New Anti-Bribery Law from UK to Help Against Corruption in Thailand

The Bribery Act 2010 which effected last July 1, 2010, would hopefully reinvigorate anti-corruption efforts in Thailand by keeping in compliance with the Thai companies that are doing business with British firms or operating in the UK. According to the experts, the law prohibits UK firms from offering bribes to foreign public officials.

In a seminar hosted by the Thai Institute of Directors, Phatra Capital chairman Banyong Pongpanich said that laws such as the Bribery Act 2010 which are being imposed by developed countries will in effect help developing countries curb corruption. He also believed that political violence and the increasing income gap between the rich and the poor could be traced back to the problem of widespread corruption in the country. The United States, UK, and Germany all share similar laws prohibiting their businesses from initiating bribery with foreign politicians and officials. While France, Spain, China, and other emerging superpowers are yet to enact the same law, he expressed that Thailand too should follow suit.

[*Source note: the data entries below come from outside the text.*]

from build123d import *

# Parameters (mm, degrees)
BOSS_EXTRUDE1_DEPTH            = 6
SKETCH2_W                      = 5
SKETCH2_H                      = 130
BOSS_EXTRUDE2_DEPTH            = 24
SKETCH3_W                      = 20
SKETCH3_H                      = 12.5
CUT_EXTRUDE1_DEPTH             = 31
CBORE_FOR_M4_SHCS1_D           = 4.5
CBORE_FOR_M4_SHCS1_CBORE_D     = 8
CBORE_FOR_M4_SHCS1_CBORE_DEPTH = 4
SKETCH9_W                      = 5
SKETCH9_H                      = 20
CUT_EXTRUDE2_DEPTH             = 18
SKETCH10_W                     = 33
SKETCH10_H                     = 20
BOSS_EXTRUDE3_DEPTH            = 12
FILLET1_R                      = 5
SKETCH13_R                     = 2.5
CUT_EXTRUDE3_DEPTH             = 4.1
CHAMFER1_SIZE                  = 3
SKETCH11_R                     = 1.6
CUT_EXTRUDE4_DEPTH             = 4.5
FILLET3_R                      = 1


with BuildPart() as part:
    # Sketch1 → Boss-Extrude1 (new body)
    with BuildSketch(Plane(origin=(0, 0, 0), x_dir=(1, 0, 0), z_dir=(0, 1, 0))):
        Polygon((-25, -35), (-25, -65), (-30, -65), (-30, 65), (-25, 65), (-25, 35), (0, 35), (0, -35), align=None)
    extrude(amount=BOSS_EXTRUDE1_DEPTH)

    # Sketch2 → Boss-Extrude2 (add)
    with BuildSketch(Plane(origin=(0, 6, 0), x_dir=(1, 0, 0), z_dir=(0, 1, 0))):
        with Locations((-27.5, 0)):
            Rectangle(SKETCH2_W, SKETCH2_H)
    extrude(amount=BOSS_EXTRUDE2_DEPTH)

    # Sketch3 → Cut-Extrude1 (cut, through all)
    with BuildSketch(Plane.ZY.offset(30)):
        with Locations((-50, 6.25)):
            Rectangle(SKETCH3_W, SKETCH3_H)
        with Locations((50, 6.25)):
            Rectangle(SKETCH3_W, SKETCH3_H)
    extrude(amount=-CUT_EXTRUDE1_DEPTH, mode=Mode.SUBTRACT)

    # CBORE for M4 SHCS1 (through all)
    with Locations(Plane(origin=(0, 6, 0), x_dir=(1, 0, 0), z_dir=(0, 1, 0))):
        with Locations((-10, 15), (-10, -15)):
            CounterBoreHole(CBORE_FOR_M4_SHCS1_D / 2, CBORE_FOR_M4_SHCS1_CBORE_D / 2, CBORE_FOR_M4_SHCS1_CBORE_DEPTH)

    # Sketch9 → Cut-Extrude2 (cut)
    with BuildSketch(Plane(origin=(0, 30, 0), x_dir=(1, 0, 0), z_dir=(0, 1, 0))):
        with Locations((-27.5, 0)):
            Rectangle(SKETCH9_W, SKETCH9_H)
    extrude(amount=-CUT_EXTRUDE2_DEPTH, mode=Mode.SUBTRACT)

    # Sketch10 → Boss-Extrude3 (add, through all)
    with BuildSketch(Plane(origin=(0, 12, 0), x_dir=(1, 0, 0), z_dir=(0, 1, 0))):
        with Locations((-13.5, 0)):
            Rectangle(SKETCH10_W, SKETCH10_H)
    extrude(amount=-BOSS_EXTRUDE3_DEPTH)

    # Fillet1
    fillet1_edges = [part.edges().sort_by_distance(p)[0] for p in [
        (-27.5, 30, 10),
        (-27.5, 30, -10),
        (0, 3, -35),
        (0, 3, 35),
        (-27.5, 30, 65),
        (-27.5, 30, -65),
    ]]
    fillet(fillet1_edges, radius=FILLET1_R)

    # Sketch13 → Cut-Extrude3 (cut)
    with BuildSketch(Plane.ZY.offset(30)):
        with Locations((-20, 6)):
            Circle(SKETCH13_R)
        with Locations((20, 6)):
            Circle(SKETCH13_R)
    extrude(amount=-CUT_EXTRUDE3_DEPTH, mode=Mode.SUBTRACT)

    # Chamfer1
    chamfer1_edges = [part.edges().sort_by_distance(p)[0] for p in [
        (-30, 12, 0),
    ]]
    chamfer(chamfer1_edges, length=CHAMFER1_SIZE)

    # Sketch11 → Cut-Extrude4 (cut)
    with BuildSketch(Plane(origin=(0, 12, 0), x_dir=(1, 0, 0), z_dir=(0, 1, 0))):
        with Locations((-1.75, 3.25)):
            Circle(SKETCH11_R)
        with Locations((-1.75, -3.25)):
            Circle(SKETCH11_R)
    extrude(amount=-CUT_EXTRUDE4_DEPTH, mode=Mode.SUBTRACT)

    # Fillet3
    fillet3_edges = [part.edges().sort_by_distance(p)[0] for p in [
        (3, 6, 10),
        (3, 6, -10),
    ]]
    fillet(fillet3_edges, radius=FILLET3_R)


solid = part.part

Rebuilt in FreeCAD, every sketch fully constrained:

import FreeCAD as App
import Part
import Sketcher
from FreeCAD import Vector


def edges_at(feature, points):
    """Names of the edges that pass closest to the given points."""
    edges = feature.Shape.Edges
    near = lambda p: min(range(len(edges)), key=lambda i: edges[i].distToShape(Part.Vertex(*p))[0])
    return sorted({f"Edge{near(p) + 1}" for p in points})

doc = App.newDocument("Part")
params = doc.addObject("Spreadsheet::Sheet", "Params")
for row, (alias, value) in enumerate([
    ("sketch1_width", "25 mm"),
    ("sketch1_width2", "5 mm"),
    ("sketch1_height", "30 mm"),
    ("sketch1_height2", "70 mm"),
    ("pad1_length", "6 mm"),
    ("sketch2_width", "5 mm"),
    ("sketch2_height", "130 mm"),
    ("pad2_length", "24 mm"),
    ("sketch3_height", "20 mm"),
    ("sketch3_width", "12.5 mm"),
    ("sketch4_diameter", "4.5 mm"),
    ("hole_diameter", "4.5 mm"),
    ("hole_cbore_diameter", "8 mm"),
    ("hole_cbore_depth", "4 mm"),
    ("sketch5_width", "5 mm"),
    ("sketch5_height", "20 mm"),
    ("pocket2_length", "18 mm"),
    ("sketch6_width", "33 mm"),
    ("sketch6_height", "20 mm"),
    ("fillet_radius", "5 mm"),
    ("sketch7_diameter", "5 mm"),
    ("pocket3_length", "4.1 mm"),
    ("chamfer_size", "3 mm"),
    ("sketch8_diameter", "3.2 mm"),
    ("pocket4_length", "4.5 mm"),
    ("fillet2_radius", "1 mm"),
], start=1):
    params.set(f"A{row}", alias)
    params.set(f"B{row}", "=" + value)
    params.setAlias(f"B{row}", alias)

body = doc.addObject("PartDesign::Body", "Body")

Total eradication of corruption would be very difficult, as it stems from a common belief that doing business without offering bribes to politicians and officials cuts down their chances of surviving in the market. This is probably why out of the 500 Thai listed companies, a mere 47 have participated in the campaign against corruption spearheaded by the IOD and the Thai Chamber of Commerce. Shell Thailand’s country chairperson Pissawan Achanapornkul shares Banyong’s perspective and believes that this law from the UK would at least initiate awareness about the anti-corruption movement.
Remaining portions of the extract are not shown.